Theoretical https://www.selleckchem.com/mTOR.html values of the severity score range from 0 (none of the measured consequences) to 9 (maximum

severity). Statistical analysis By means of ordinal logistic regression analyses (proportional odds), each predictor was included separately as an independent variable for a priori selection of factors. Then, all identified factors were introduced jointly. Finally, a backward stepwise selection was applied. The dependent variable was the severity index. However, since the Cronbach alpha value for the score was found to be low (0.51), separate multiple stepwise regression analyses with each component of the score as the dependent variable were performed as well (consequences on work; psychological consequences; and this website physical consequences) using the list of independent variables selected for the global severity index. Coefficients were exponentiated.

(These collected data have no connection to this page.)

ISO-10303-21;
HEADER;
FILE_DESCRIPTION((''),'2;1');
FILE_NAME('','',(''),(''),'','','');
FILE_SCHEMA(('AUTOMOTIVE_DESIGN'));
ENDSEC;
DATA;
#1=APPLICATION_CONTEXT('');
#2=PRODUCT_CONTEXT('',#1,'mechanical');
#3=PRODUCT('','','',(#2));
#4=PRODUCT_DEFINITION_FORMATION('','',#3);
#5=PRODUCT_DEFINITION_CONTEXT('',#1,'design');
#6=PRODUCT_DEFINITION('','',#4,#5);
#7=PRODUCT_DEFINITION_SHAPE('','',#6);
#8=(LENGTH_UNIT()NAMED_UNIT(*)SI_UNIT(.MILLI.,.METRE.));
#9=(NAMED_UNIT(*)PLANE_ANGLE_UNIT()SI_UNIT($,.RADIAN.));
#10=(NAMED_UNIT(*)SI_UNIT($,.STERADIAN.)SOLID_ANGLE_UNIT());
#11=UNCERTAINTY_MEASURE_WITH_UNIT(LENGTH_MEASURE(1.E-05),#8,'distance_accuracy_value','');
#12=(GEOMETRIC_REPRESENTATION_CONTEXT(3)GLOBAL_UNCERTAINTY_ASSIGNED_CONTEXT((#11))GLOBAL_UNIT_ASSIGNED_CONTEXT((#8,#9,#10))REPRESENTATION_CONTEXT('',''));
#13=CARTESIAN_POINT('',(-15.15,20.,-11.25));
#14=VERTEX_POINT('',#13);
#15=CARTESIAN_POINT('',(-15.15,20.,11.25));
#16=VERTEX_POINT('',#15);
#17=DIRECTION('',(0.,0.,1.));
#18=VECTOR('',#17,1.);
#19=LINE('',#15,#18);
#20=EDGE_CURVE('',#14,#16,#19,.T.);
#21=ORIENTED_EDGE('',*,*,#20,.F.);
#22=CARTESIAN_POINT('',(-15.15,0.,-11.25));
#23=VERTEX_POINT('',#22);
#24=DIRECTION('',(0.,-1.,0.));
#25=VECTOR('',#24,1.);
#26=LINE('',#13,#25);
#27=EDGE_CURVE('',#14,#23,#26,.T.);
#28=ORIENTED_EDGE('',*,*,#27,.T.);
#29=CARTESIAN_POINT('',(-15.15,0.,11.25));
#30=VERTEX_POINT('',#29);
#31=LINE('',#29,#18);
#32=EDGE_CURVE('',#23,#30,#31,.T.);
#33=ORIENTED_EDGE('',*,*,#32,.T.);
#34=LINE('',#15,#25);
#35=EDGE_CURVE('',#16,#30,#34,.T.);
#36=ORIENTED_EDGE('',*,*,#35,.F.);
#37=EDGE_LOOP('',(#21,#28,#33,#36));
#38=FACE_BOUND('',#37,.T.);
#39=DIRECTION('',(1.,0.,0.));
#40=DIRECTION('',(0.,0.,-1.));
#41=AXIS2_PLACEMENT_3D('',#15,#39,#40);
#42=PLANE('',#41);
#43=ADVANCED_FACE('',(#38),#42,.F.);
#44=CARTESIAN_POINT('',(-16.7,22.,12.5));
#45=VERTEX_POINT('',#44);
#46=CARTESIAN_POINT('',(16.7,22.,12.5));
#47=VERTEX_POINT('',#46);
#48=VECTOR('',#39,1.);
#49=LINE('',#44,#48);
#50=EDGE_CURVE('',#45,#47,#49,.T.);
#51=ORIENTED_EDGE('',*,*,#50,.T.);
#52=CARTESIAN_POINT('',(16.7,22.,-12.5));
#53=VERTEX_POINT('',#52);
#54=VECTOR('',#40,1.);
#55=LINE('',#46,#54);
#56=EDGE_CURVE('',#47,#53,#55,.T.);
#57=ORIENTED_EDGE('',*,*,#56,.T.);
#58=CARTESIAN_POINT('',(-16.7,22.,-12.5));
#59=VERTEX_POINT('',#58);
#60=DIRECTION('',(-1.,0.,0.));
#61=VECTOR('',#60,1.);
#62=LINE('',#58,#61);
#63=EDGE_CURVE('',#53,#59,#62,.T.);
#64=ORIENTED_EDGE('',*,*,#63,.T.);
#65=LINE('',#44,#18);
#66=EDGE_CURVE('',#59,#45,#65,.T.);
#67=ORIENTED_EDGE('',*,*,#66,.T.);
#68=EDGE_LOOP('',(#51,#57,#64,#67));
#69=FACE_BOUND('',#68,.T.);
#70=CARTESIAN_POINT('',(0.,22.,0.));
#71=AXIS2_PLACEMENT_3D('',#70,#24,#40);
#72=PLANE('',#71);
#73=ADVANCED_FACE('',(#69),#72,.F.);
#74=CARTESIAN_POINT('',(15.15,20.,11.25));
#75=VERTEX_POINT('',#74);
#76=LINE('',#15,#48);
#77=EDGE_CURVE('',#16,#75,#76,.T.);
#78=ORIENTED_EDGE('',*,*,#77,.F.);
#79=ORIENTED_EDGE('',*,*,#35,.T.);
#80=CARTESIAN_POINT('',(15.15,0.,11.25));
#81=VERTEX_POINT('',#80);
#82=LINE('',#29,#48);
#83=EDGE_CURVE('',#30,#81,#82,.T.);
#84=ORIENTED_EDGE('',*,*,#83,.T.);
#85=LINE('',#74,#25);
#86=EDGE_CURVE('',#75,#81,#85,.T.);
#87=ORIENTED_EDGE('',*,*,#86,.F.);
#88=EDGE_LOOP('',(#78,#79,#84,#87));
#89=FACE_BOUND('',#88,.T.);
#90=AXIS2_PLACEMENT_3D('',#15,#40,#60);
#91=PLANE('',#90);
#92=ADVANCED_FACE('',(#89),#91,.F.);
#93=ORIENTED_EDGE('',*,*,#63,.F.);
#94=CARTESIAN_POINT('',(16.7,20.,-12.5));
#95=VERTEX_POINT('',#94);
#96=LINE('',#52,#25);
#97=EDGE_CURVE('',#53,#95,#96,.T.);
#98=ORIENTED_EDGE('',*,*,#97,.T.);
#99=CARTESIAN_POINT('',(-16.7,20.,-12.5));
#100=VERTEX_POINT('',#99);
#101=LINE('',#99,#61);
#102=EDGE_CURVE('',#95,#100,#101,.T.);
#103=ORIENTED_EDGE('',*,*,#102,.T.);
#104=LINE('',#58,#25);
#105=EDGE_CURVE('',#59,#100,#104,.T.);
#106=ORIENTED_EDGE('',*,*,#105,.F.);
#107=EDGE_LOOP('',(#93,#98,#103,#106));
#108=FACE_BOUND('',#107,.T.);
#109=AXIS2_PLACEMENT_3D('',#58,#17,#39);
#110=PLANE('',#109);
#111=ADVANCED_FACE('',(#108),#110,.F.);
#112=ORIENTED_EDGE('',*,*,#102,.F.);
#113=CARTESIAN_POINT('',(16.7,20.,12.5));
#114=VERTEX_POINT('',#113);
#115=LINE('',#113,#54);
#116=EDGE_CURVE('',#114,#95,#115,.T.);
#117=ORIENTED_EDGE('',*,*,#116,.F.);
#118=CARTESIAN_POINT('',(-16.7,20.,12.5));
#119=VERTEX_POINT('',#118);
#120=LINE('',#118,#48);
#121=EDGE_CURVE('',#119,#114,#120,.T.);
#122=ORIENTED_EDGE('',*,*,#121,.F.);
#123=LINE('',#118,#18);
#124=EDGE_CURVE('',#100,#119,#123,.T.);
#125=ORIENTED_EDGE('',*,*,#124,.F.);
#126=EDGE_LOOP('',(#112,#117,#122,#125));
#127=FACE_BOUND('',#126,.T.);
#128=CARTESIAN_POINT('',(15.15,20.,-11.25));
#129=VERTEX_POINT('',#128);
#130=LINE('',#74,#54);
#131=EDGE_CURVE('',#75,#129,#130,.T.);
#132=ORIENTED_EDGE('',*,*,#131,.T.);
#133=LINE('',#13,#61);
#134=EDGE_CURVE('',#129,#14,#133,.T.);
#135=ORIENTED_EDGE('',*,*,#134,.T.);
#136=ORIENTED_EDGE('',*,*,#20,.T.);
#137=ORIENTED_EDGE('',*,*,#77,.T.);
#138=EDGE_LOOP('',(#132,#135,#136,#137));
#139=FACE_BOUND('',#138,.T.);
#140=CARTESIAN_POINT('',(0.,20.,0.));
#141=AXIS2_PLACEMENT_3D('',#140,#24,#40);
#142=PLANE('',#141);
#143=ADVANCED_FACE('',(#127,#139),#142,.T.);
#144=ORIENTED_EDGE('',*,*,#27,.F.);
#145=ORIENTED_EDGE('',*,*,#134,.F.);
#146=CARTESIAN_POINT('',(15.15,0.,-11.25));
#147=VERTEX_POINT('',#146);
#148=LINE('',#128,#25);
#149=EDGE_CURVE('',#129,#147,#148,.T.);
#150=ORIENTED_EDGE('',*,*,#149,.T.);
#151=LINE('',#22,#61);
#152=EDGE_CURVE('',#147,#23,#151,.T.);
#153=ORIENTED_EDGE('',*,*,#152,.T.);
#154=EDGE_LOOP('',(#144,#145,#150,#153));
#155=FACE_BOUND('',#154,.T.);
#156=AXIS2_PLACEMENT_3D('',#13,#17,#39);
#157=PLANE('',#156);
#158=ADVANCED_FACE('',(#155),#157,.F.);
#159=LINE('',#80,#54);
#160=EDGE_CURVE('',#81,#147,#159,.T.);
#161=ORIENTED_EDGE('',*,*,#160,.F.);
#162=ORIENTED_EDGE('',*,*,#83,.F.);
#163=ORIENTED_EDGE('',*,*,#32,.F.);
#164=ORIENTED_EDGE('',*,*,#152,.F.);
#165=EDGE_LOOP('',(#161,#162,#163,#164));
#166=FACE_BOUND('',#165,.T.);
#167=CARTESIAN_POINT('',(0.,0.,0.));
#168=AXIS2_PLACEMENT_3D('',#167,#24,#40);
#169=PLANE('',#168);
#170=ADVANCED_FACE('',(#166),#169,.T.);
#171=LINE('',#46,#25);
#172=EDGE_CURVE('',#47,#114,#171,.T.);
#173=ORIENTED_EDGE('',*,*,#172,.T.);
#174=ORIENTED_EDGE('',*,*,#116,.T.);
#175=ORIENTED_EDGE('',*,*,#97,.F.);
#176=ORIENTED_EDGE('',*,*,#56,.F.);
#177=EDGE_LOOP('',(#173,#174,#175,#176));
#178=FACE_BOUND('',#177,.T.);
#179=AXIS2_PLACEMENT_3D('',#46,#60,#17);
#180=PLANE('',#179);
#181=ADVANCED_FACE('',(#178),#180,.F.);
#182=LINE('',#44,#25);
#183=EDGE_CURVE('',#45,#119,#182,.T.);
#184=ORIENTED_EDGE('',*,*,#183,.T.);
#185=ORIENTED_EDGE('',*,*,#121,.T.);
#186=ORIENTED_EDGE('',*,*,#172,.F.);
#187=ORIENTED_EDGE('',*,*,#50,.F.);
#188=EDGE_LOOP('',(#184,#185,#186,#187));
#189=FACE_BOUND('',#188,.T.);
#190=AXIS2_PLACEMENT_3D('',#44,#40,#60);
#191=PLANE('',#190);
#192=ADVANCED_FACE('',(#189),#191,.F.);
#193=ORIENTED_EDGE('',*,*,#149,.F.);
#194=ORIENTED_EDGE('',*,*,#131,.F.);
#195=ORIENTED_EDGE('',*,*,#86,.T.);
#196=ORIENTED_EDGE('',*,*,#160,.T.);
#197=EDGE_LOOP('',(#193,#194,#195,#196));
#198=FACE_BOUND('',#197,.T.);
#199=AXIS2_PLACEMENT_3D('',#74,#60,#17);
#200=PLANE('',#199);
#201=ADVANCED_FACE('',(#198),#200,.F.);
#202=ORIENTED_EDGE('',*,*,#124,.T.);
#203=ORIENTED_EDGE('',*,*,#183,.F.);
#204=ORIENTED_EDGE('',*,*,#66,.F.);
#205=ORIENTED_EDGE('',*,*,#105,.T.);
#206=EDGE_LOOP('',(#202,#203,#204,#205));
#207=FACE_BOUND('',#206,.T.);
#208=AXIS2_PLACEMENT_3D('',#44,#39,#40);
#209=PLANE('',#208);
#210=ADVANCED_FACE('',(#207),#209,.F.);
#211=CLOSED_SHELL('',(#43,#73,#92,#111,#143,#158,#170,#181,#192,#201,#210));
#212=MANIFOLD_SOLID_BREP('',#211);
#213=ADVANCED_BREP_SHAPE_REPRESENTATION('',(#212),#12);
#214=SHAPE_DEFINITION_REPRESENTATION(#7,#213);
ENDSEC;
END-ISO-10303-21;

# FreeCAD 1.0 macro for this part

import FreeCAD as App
import Part
import Sketcher
Q = App.Units.Quantity

doc = App.newDocument("Part")
body = doc.addObject("PartDesign::Body", "Body")

sketch1 = doc.addObject("Sketcher::SketchObject", "Sketch")
body.addObject(sketch1)
sketch1.AttachmentSupport = (doc.XZ_Plane, [""])
sketch1.MapMode = "FlatFace"
sketch1.addGeometry([
    Part.LineSegment(App.Vector(-15, -11, 0), App.Vector(-15, 11, 0)),
    Part.LineSegment(App.Vector(-15, 11, 0), App.Vector(15, 11, 0)),
    Part.LineSegment(App.Vector(15, 11, 0), App.Vector(15, -11, 0)),
    Part.LineSegment(App.Vector(15, -11, 0), App.Vector(-15, -11, 0)),
], False)
sketch1.addConstraint([
    Sketcher.Constraint("Coincident", 0, 2, 1, 1),
    Sketcher.Constraint("Coincident", 1, 2, 2, 1),
    Sketcher.Constraint("Coincident", 2, 2, 3, 1),
    Sketcher.Constraint("Coincident", 3, 2, 0, 1),
    Sketcher.Constraint("Vertical", 0),
    Sketcher.Constraint("Horizontal", 1),
    Sketcher.Constraint("Vertical", 2),
    Sketcher.Constraint("Horizontal", 3),
    Sketcher.Constraint("Symmetric", 0, 2, 2, 2, -1, 1),
    Sketcher.Constraint("DistanceX", 1, 1, 1, 2, Q("30.3 mm")),
    Sketcher.Constraint("DistanceY", 0, 1, 0, 2, Q("22.5 mm")),
])
pad1 = doc.addObject("PartDesign::Pad", "Pad")
body.addObject(pad1)
pad1.Profile = sketch1
pad1.Length = 20
pad1.Reversed = True

sketch2 = doc.addObject("Sketcher::SketchObject", "Sketch001")
body.addObject(sketch2)
sketch2.AttachmentSupport = (doc.XZ_Plane, [""])
sketch2.MapMode = "FlatFace"
sketch2.AttachmentOffset = App.Placement(App.Vector(0, 0, -20), App.Rotation())
sketch2.addGeometry([
    Part.LineSegment(App.Vector(-17, -12, 0), App.Vector(-17, 12, 0)),
    Part.LineSegment(App.Vector(-17, 12, 0), App.Vector(17, 12, 0)),
    Part.LineSegment(App.Vector(17, 12, 0), App.Vector(17, -12, 0)),
    Part.LineSegment(App.Vector(17, -12, 0), App.Vector(-17, -12, 0)),
], False)
sketch2.addConstraint([
    Sketcher.Constraint("Coincident", 0, 2, 1, 1),
    Sketcher.Constraint("Coincident", 1, 2, 2, 1),
    Sketcher.Constraint("Coincident", 2, 2, 3, 1),
    Sketcher.Constraint("Coincident", 3, 2, 0, 1),
    Sketcher.Constraint("Vertical", 0),
    Sketcher.Constraint("Horizontal", 1),
    Sketcher.Constraint("Vertical", 2),
    Sketcher.Constraint("Horizontal", 3),
    Sketcher.Constraint("Symmetric", 0, 2, 2, 2, -1, 1),
    Sketcher.Constraint("DistanceY", 0, 1, 0, 2, Q("25 mm")),
    Sketcher.Constraint("DistanceX", 1, 1, 1, 2, Q("33.4 mm")),
])
pad2 = doc.addObject("PartDesign::Pad", "Pad001")
body.addObject(pad2)
pad2.Profile = sketch2
pad2.Length = 2
pad2.Reversed = True

doc.recompute()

One possible interpretation of these exponentiated coefficients of the ordinal logistic regression is that they are odds ratios at any arbitrary cut point of the ordinal outcome variable. Statistical analyses were performed with Stata_/IC 11.1 (StataCorp_ 2009 LP). Gender and age were introduced as covariates. Results Our first two research PLX3397 datasheet questions aimed at identifying the characteristics of patients who had been victims of workplace violence and the characteristics of the workplace violence events that had motivated them to consult. Answers to these questions were provided by means of descriptive statistics. Table 1, Appendix 4 and 5 present these results in detail. Table 1 Comparative statistics of baseline and follow-up population, by gender Variables Baseline population N = 185 Follow-up population N = 86 Male N = 129 Female N = 56 Male N = 67 Female N = 19 Mean age (SD) 39 (12) 37 (11) 40 (12) 42 (12) Age-groups N % N % N % N %  <35 54 42

27 48 25 37 5 26  35–44 35 27 15 27 20 30 6 32  45+ 40 31 14 25 Molecular motor 22 33 8 42 Interviewed <12 months after the consultation  No         57 85 14 74  Yes         10 15 5 26 Degree of risk and awareness of workplace violence and type of occupation High risk and awareness of violence 46 36 4 7 26 39 –    Private security agents 26 20 1 2 13 19 –    Police officers/prison guards 12 9 2 4 7 11 –    Ticket inspectors (public transportation) 8 6 1 2 6 9 –   Moderate risk and awareness of violence 51 40 39 70 27 40 16 84  Taxi drivers 12 9     7 11 –    Salespersons, retail business owners 11 8 7 12 5 7 2 10  Service staff in hotels, restaurants, bars/discos 10 8 10 18 5 7 1 5  Health, teachers, social workers, school librarian 6 5 14 25 3 4 11 58  Drivers (public transportation) 5 4 –   4 6 –    Sex workers 1 1 6 11 –   2 10  Janitors 4 3 2 4 2 3 –    Post office staff (counter) 2 2 –   1 2 –   Low risk and awareness of violence 32 24 13 23 14 20 3 16  Administration 7 5 7 13 3 4 2 11  Misc.

Therefore, gene disruption procedure of the fkbN gene was aided by the introduction of a kanamycin resistance cassette in order to simplify the otherwise laborious identification of secondary recombinants. In order to introduce the kanamycin resistance cassette, the Selleck Dinaciclib pDG7 plasmid containing the fkbN flanking regions was digested using NdeI, blunt-ended and dephosphorylated. A 1323 bp blunt-end fragment containing the kanamycin resistance cassette was excised from the SuperCos 1 cosmid vector (Stratagene)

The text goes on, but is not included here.